9. Gelet op wat in de tussenuitspraak is overwogen, is het beroep gegrond en komt het bestreden besluit voor vernietiging in aanmerking. Met de brief van 24 mei 2018 heeft ACM het gebrek niet volledig hersteld. Gelet echter op wat hiervoor onder 6. tot en met 8. is overwogen, kunnen de rechtsgevolgen van het bestreden besluit in stand worden gelaten.
10. Omdat de rechtbank het beroep gegrond verklaart, bepaalt de rechtbank dat ACM aan eiseres het door haar betaalde griffierecht vergoedt.
11. De rechtbank ziet aanleiding om ACM met toepassing van artikel 8:75, eerste lid, van de Awb te veroordelen in de kosten die eiseres in verband met de behandeling van het beroep redelijkerwijs heeft moeten maken. Deze zaak is ter zitting gevoegd behandeld met de zaak met zaaknummer ROT 17/773. Bij de uitspraak in de zaak ROT 17/773 is al een kostenvergoeding toegekend voor het verschijnen ter zitting en de door eiseres gedeclareerde reiskosten, zodat dit in deze zaak achterwege blijft.

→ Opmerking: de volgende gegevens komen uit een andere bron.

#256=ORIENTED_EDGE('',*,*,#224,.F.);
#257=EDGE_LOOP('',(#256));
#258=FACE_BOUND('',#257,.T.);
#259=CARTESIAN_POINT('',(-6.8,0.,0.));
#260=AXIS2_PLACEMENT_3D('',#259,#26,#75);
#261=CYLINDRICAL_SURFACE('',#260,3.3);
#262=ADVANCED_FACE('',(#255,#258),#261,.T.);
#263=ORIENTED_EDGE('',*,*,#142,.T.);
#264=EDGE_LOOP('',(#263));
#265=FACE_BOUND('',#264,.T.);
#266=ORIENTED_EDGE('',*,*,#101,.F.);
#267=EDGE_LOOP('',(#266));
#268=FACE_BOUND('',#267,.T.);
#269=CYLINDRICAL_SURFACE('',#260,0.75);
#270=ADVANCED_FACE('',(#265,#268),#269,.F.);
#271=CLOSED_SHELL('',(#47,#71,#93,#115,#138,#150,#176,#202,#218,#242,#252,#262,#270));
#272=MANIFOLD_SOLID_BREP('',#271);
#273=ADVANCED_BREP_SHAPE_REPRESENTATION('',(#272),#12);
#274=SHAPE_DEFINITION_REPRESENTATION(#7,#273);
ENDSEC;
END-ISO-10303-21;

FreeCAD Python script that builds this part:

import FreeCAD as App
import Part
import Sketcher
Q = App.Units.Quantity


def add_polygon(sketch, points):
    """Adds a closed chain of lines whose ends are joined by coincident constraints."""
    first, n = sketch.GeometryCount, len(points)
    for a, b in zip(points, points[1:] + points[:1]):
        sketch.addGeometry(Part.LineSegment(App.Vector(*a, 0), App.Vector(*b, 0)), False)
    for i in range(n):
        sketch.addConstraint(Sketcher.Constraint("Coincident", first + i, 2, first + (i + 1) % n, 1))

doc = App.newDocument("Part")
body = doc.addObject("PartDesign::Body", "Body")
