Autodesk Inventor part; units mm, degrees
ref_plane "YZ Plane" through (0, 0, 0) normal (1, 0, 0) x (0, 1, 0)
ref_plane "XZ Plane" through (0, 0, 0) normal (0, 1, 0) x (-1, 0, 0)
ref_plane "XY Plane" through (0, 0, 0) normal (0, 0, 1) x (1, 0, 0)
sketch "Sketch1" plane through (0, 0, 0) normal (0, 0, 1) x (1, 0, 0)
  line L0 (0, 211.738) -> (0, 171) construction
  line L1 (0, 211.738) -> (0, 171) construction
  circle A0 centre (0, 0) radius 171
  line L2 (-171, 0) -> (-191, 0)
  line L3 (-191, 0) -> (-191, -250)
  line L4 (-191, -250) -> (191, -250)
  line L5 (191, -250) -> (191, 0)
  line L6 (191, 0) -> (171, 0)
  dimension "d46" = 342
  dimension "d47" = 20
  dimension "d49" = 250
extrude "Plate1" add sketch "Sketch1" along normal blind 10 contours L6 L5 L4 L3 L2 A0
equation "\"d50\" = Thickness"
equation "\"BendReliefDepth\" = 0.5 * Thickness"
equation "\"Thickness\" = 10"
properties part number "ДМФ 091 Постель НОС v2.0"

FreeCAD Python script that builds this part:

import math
import FreeCAD as App
import Part
import Sketcher
Q = App.Units.Quantity

doc = App.newDocument("Part")
body = doc.addObject("PartDesign::Body", "Body")

sketch1 = body.newObject("Sketcher::SketchObject", "Sketch")
sketch1.AttachmentSupport = (doc.getObject("XY_Plane"), [""])
sketch1.MapMode = "FlatFace"
sketch1.addGeometry([
    Part.LineSegment(App.Vector(191, 0, 0), App.Vector(171, 0, 0)),
    Part.ArcOfCircle(Part.Circle(App.Vector(0, 0, 0), App.Vector(0, 0, 1), 171), math.radians(180), math.radians(360)),
    Part.LineSegment(App.Vector(-171, 0, 0), App.Vector(-191, 0, 0)),
    Part.LineSegment(App.Vector(-191, 0, 0), App.Vector(-191, -250, 0)),
    Part.LineSegment(App.Vector(-191, -250, 0), App.Vector(191, -250, 0)),
    Part.LineSegment(App.Vector(191, -250, 0), App.Vector(191, 0, 0)),
], False)
sketch1.addConstraint([
    Sketcher.Constraint("Coincident", 0, 2, 1, 2),
    Sketcher.Constraint("Coincident", 1, 1, 2, 1),
    Sketcher.Constraint("Coincident", 2, 2, 3, 1),
    Sketcher.Constraint("Coincident", 3, 2, 4, 1),
    Sketcher.Constraint("Coincident", 4, 2, 5, 1),
    Sketcher.Constraint("Coincident", 5, 2, 0, 1),
    Sketcher.Constraint("Horizontal", 0),
    Sketcher.Constraint("Horizontal", 2),
    Sketcher.Constraint("Vertical", 3),
    Sketcher.Constraint("Horizontal", 4),
    Sketcher.Constraint("Vertical", 5),
    Sketcher.Constraint("Coincident", 1, 3, -1, 1),
    Sketcher.Constraint("Symmetric", 2, 2, 5, 2, -1, 1),
    Sketcher.Constraint("PointOnObject", 0, 2, -1),
    Sketcher.Constraint("Radius", 1, Q("171 mm")),
    Sketcher.Constraint("DistanceX", 0, 2, 0, 1, Q("20 mm")),
    Sketcher.Constraint("DistanceY", 3, 2, 3, 1, Q("250 mm")),
])
pad1 = body.newObject("PartDesign::Pad", "Pad")
pad1.Profile = sketch1
pad1.Length = 10

doc.recompute()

De overige kosten in deze zaak stelt de rechtbank op grond van het Besluit proceskosten bestuursrecht voor de door een derde beroepsmatig verleende rechtsbijstand vast op € 751,50 (1 punt voor het indienen van het beroepschrift en 0,5 punt voor het indienen van de schriftelijke zienswijze na bestuurlijke lus met een waarde per punt van € 501,- en wegingsfactor 1).

Beslissing

De rechtbank:
  • verklaart het beroep gegrond;
  • vernietigt het bestreden besluit;
  • bepaalt dat dat de rechtsgevolgen van het vernietigde besluit in stand blijven;
  • bepaalt dat ACM aan eiseres het betaalde griffierecht van € 333,- vergoedt;
  • veroordeelt ACM in de proceskosten tot een bedrag van € 751,50, te betalen aan eiseres.
Deze uitspraak is gedaan door mr. A. van Gijzen, voorzitter, en mr. J.H. de Wildt en mr. C.J. Wolswinkel, leden, in aanwezigheid van mr. M.I. Hiemstra, griffier. De uitspraak is in het openbaar geschied op 6 september 2018.
De griffier is buiten staat deze uitspraak
mede te ondertekenen.
griffier rechter
Afschrift verzonden aan partijen op:

Rechtsmiddel

Tegen deze uitspraak kan binnen zes weken na de dag van verzending daarvan hoger beroep worden ingesteld bij het College van Beroep voor het bedrijfsleven.